● YOUR ASSIGNMENT:
Take the line that contains "BOSS_EXTRUDE1_DEPTH = 2.3" as the first line and the final line of the records as the last; return exactly those lines and the lines between.

● DATA SUPPLIED:
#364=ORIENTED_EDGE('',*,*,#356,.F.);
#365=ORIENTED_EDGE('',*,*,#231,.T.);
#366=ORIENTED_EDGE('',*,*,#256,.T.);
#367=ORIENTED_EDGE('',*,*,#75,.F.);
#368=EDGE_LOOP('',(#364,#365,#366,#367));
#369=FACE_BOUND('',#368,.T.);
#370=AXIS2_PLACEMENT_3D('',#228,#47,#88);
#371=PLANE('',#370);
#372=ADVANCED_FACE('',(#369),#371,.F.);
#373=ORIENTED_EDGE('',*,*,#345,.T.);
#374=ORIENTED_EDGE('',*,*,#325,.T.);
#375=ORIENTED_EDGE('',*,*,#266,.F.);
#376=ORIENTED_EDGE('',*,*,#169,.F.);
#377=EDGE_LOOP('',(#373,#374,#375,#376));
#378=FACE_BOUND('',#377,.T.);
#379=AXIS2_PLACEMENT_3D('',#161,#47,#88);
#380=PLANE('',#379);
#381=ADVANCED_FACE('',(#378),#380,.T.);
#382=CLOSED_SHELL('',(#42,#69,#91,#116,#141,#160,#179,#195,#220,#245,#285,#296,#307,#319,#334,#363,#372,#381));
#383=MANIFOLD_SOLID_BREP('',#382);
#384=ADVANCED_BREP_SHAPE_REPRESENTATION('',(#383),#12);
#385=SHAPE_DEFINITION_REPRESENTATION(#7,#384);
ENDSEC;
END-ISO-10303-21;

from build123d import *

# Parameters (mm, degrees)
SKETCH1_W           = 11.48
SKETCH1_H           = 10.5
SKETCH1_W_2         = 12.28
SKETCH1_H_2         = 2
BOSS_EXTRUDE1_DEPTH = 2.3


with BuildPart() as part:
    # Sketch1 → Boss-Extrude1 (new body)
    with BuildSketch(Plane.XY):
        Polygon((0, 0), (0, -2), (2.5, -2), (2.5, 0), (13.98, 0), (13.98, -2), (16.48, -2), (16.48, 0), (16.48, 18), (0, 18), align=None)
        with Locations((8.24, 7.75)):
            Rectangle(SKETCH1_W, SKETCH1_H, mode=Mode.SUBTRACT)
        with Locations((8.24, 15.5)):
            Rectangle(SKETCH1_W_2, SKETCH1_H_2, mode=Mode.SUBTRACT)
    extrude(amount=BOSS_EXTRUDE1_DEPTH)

● RESPONSE:
BOSS_EXTRUDE1_DEPTH = 2.3


with BuildPart() as part:
    # Sketch1 → Boss-Extrude1 (new body)
    with BuildSketch(Plane.XY):
        Polygon((0, 0), (0, -2), (2.5, -2), (2.5, 0), (13.98, 0), (13.98, -2), (16.48, -2), (16.48, 0), (16.48, 18), (0, 18), align=None)
        with Locations((8.24, 7.75)):
            Rectangle(SKETCH1_W, SKETCH1_H, mode=Mode.SUBTRACT)
        with Locations((8.24, 15.5)):
            Rectangle(SKETCH1_W_2, SKETCH1_H_2, mode=Mode.SUBTRACT)
    extrude(amount=BOSS_EXTRUDE1_DEPTH)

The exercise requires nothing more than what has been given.